**Task item**.
Across the entries below, tally every line that holds the word "amount". Give only the tally.

Stored data entries
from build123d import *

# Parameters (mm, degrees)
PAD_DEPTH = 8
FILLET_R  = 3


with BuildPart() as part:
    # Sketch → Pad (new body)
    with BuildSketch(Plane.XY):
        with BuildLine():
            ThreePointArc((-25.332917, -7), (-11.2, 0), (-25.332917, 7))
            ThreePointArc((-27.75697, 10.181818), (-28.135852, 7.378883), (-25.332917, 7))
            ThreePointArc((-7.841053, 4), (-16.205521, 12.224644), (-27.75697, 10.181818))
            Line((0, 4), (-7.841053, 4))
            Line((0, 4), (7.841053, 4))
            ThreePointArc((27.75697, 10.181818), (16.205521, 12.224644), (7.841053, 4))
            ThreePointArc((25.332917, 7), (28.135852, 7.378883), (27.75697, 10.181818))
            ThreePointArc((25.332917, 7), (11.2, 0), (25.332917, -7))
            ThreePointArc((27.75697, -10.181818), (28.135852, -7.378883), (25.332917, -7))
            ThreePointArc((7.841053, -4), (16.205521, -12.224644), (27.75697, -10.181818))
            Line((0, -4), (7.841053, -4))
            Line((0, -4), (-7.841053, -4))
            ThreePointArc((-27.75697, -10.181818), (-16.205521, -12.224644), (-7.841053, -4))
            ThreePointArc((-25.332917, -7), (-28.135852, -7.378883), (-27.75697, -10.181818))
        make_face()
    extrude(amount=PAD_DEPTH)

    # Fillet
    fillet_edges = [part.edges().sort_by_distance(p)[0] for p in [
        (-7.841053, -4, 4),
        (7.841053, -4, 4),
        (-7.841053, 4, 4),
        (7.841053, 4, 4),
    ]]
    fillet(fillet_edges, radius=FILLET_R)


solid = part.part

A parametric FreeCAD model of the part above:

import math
import FreeCAD as App
import Part
import Sketcher
from FreeCAD import Vector


def edges_at(feature, points):
    """Names of the edges that pass closest to the given points."""
    edges = feature.Shape.Edges
    near = lambda p: min(range(len(edges)), key=lambda i: edges[i].distToShape(Part.Vertex(*p))[0])
    return sorted({f"Edge{near(p) + 1}" for p in points})

doc = App.newDocument("Part")
params = doc.addObject("Spreadsheet::Sheet", "Params")
for row, (alias, value) in enumerate([
    ("sketch1_radius", "2 mm"),
    ("sketch1_radius2", "8.8 mm"),
    ("pad1_length", "8 mm"),
    ("fillet_radius", "3 mm"),
], start=1):
    params.set(f"A{row}", alias)
    params.set(f"B{row}", "=" + value)
    params.setAlias(f"B{row}", alias)

body = doc.addObject("PartDesign::Body", "Body")

sketch1 = body.newObject("Sketcher::SketchObject", "Sketch")
sketch1.AttachmentSupport = (doc.getObject("XY_Plane"), [""])
sketch1.MapMode = "FlatFace"
sketch1.addGeometry([
    Part.ArcOfCircle(Part.Circle(Vector(-20, 0, 0), Vector(0, 0, 1), 8.8), math.radians(-127), math.radians(127)),
    Part.ArcOfCircle(Part.Circle(Vector(-26.5, -8.6, 0), Vector(0, 0, 1), 2), math.radians(53), math.radians(233)),
    Part.ArcOfCircle(Part.Circle(Vector(-20, 0, 0), Vector(0, 0, 1), 12.8), math.radians(-127), math.radians(-18)),
    Part.LineSegment(Vector(-7.8, -4, 0), Vector(7.8, -4, 0)),
    Part.ArcOfCircle(Part.Circle(Vector(20, 0, 0), Vector(0, 0, 1), 12.8), math.radians(-162), math.radians(-53)),
    Part.ArcOfCircle(Part.Circle(Vector(26.5, -8.6, 0), Vector(0, 0, 1), 2), math.radians(-53), math.radians(127)),
    Part.ArcOfCircle(Part.Circle(Vector(20, 0, 0), Vector(0, 0, 1), 8.8), math.radians(53), math.radians(307)),
    Part.ArcOfCircle(Part.Circle(Vector(26.5, 8.6, 0), Vector(0, 0, 1), 2), math.radians(-127), math.radians(53)),
    Part.ArcOfCircle(Part.Circle(Vector(20, 0, 0), Vector(0, 0, 1), 12.8), math.radians(53), math.radians(162)),
    Part.LineSegment(Vector(7.8, 4, 0), Vector(-7.8, 4, 0)),
    Part.ArcOfCircle(Part.Circle(Vector(-20, 0, 0), Vector(0, 0, 1), 12.8), math.radians(18), math.radians(127)),
    Part.ArcOfCircle(Part.Circle(Vector(-26.5, 8.6, 0), Vector(0, 0, 1), 2), math.radians(127), math.radians(307)),
], False)
sketch1.addConstraint([
    Sketcher.Constraint("Tangent", 0, 1, 1, 1),
    Sketcher.Constraint("Tangent", 1, 2, 2, 1),
    Sketcher.Constraint("Coincident", 2, 2, 3, 1),
    Sketcher.Constraint("Coincident", 3, 2, 4, 1),
    Sketcher.Constraint("Tangent", 4, 2, 5, 1),
    Sketcher.Constraint("Tangent", 5, 2, 6, 2),
    Sketcher.Constraint("Tangent", 6, 1, 7, 1),
    Sketcher.Constraint("Tangent", 7, 2, 8, 1),
    Sketcher.Constraint("Coincident", 8, 2, 9, 1),
    Sketcher.Constraint("Coincident", 9, 2, 10, 1),
    Sketcher.Constraint("Tangent", 10, 2, 11, 1),
    Sketcher.Constraint("Tangent", 11, 2, 0, 2),
    Sketcher.Constraint("Horizontal", 3),
    Sketcher.Constraint("Horizontal", 9),
    Sketcher.Constraint("Coincident", 2, 3, 0, 3),
    Sketcher.Constraint("Coincident", 6, 3, 4, 3),
    Sketcher.Constraint("Coincident", 8, 3, 4, 3),
    Sketcher.Constraint("Coincident", 10, 3, 0, 3),
    Sketcher.Constraint("Equal", 2, 4),
    Sketcher.Constraint("Equal", 1, 5),
    Sketcher.Constraint("Equal", 5, 7),
    Sketcher.Constraint("Equal", 8, 10),
    Sketcher.Constraint("Symmetric", 0, 3, 4, 3, -1, 1),
    Sketcher.Constraint("Symmetric", 1, 3, 5, 3, -2),
    Sketcher.Constraint("Horizontal", 7, 3, 11, 3),
    Sketcher.Constraint("Vertical", 5, 3, 7, 3),
    Sketcher.Constraint("Vertical", 3, 2, 8, 2),
    Sketcher.Constraint("Radius", 1, 2.0),
    Sketcher.Constraint("Radius", 0, 8.8),
    Sketcher.Constraint("DistanceX", 0, 3, -1, 1, 20.0),
    Sketcher.Constraint("DistanceY", 0, 1, -1, 1, 7.0),
    Sketcher.Constraint("DistanceY", 2, 2, -1, 1, 4.0),
])
sketch1.setExpression("Constraints[27]", "Params.sketch1_radius")
sketch1.setExpression("Constraints[28]", "Params.sketch1_radius2")
pad1 = body.newObject("PartDesign::Pad", "Pad")
pad1.Profile = sketch1
pad1.setExpression("Length", "Params.pad1_length")
doc.recompute()

fillet = body.newObject("PartDesign::Fillet", "Fillet")
fillet.Base = (pad1, edges_at(pad1, [
    (-7.841, -4, 4),
    (7.841, -4, 4),
    (-7.841, 4, 4),
    (7.841, 4, 4),
]))
fillet.setExpression("Radius", "Params.fillet_radius")

doc.recompute()
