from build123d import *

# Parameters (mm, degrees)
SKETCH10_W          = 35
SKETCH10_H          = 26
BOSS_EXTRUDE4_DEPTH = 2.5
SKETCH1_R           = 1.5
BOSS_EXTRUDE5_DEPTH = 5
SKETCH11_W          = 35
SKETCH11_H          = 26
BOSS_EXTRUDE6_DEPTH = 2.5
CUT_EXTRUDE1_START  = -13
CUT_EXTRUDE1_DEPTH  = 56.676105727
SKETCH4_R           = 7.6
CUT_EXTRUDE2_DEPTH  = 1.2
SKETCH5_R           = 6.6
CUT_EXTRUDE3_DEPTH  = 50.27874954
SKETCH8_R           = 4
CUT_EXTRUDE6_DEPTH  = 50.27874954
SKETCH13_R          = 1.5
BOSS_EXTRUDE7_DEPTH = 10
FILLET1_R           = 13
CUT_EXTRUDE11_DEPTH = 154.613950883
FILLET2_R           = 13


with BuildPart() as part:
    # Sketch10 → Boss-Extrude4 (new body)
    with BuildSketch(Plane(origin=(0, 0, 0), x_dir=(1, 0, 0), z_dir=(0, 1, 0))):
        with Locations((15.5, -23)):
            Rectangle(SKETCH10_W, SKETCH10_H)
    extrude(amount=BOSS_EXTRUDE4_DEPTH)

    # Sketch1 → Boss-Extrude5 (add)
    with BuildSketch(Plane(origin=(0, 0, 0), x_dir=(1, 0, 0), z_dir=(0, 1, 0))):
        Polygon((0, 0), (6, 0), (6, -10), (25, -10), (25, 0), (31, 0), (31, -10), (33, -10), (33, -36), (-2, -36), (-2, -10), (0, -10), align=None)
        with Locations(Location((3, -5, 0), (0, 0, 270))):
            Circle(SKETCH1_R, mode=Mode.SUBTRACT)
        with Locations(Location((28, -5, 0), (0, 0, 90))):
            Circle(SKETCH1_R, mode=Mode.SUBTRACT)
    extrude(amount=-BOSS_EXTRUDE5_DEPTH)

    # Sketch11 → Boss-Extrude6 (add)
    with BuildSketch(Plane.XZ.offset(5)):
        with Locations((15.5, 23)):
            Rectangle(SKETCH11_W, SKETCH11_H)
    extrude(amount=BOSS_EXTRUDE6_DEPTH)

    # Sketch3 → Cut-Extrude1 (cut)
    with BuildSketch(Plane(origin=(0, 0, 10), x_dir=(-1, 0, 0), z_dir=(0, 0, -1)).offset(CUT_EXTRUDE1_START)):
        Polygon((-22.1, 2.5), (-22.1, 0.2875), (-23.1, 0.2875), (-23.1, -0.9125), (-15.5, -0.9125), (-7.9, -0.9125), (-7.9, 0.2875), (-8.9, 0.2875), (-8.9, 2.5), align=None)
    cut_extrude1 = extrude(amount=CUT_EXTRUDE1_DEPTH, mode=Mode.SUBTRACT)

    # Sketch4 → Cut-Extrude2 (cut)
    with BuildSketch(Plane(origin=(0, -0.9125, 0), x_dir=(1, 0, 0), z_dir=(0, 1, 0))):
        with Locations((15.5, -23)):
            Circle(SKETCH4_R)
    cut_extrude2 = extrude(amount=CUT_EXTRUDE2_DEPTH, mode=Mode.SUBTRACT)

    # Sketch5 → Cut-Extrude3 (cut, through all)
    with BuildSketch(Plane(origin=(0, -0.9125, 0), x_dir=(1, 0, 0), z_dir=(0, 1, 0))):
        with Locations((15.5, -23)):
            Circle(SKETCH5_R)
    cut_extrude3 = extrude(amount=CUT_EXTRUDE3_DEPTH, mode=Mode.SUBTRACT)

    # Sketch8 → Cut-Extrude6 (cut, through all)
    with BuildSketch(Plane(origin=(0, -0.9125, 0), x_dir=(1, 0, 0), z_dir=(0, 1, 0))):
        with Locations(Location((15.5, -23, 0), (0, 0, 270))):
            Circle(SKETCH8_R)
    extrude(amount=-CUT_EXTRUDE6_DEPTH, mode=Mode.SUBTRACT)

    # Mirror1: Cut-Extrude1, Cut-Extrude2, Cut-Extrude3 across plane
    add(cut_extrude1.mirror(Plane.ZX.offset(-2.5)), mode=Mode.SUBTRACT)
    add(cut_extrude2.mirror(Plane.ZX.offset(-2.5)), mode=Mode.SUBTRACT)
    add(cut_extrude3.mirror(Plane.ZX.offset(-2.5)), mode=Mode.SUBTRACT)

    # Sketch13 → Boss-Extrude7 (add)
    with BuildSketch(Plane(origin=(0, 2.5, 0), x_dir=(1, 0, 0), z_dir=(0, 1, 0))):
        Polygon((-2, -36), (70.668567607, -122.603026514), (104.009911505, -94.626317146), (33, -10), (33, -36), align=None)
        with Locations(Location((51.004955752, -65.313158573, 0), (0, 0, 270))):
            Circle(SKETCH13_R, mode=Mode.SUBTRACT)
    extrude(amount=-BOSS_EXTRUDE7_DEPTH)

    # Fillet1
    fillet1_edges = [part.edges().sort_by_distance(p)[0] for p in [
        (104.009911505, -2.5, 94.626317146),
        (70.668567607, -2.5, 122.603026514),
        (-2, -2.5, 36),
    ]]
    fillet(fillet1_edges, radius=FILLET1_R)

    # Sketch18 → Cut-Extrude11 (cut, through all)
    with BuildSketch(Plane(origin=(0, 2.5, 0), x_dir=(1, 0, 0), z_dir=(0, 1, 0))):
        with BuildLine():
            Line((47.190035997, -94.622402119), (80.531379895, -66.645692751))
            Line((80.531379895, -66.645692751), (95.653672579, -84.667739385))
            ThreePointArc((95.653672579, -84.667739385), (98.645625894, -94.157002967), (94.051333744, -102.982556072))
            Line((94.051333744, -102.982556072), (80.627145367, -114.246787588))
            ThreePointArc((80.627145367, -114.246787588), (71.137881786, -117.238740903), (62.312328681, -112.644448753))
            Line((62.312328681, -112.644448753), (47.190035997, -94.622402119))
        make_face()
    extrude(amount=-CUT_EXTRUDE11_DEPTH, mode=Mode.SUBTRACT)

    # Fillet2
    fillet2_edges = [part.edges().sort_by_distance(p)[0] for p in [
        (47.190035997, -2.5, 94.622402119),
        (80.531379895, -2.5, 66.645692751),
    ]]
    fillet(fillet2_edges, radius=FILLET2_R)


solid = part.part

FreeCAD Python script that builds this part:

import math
import FreeCAD as App
import Part
import Sketcher
Q = App.Units.Quantity


def edges_at(feature, points):
    """Names of the edges that pass closest to the given points."""
    edges = feature.Shape.Edges
    near = lambda p: min(range(len(edges)), key=lambda i: edges[i].distToShape(Part.Vertex(*p))[0])
    return sorted({f"Edge{near(p) + 1}" for p in points})

doc = App.newDocument("Part")
body = doc.addObject("PartDesign::Body", "Body")

sketch1 = body.newObject("Sketcher::SketchObject", "Sketch")
sketch1.AttachmentSupport = (doc.getObject("XZ_Plane"), [""])
sketch1.MapMode = "FlatFace"
sketch1.addGeometry(Part.LineSegment(App.Vector(-2, 10, 0), App.Vector(-2, 36, 0)), False)
sketch1.addGeometry(Part.LineSegment(App.Vector(-2, 36, 0), App.Vector(33, 36, 0)), False)
sketch1.addGeometry(Part.LineSegment(App.Vector(33, 36, 0), App.Vector(33, 10, 0)), False)
sketch1.addGeometry(Part.LineSegment(App.Vector(33, 10, 0), App.Vector(-2, 10, 0)), False)
sketch1.addConstraint(Sketcher.Constraint("Coincident", 0, 2, 1, 1))
sketch1.addConstraint(Sketcher.Constraint("Coincident", 1, 2, 2, 1))
sketch1.addConstraint(Sketcher.Constraint("Coincident", 2, 2, 3, 1))
sketch1.addConstraint(Sketcher.Constraint("Coincident", 3, 2, 0, 1))
sketch1.addConstraint(Sketcher.Constraint("Vertical", 0))
sketch1.addConstraint(Sketcher.Constraint("Horizontal", 1))
sketch1.addConstraint(Sketcher.Constraint("Vertical", 2))
sketch1.addConstraint(Sketcher.Constraint("Horizontal", 3))
sketch1.addConstraint(Sketcher.Constraint("DistanceX", 1, 1, 1, 2, 35.0))
sketch1.addConstraint(Sketcher.Constraint("DistanceY", 0, 1, 0, 2, 26.0))
sketch1.addConstraint(Sketcher.Constraint("DistanceX", 0, 2, -1, 1, 2.0))
sketch1.addConstraint(Sketcher.Constraint("DistanceY", -1, 1, 0, 2, 36.0))
pad1 = body.newObject("PartDesign::Pad", "Pad")
pad1.Profile = sketch1
pad1.Length = 2.5
pad1.Reversed = True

**Solved exercise**.
10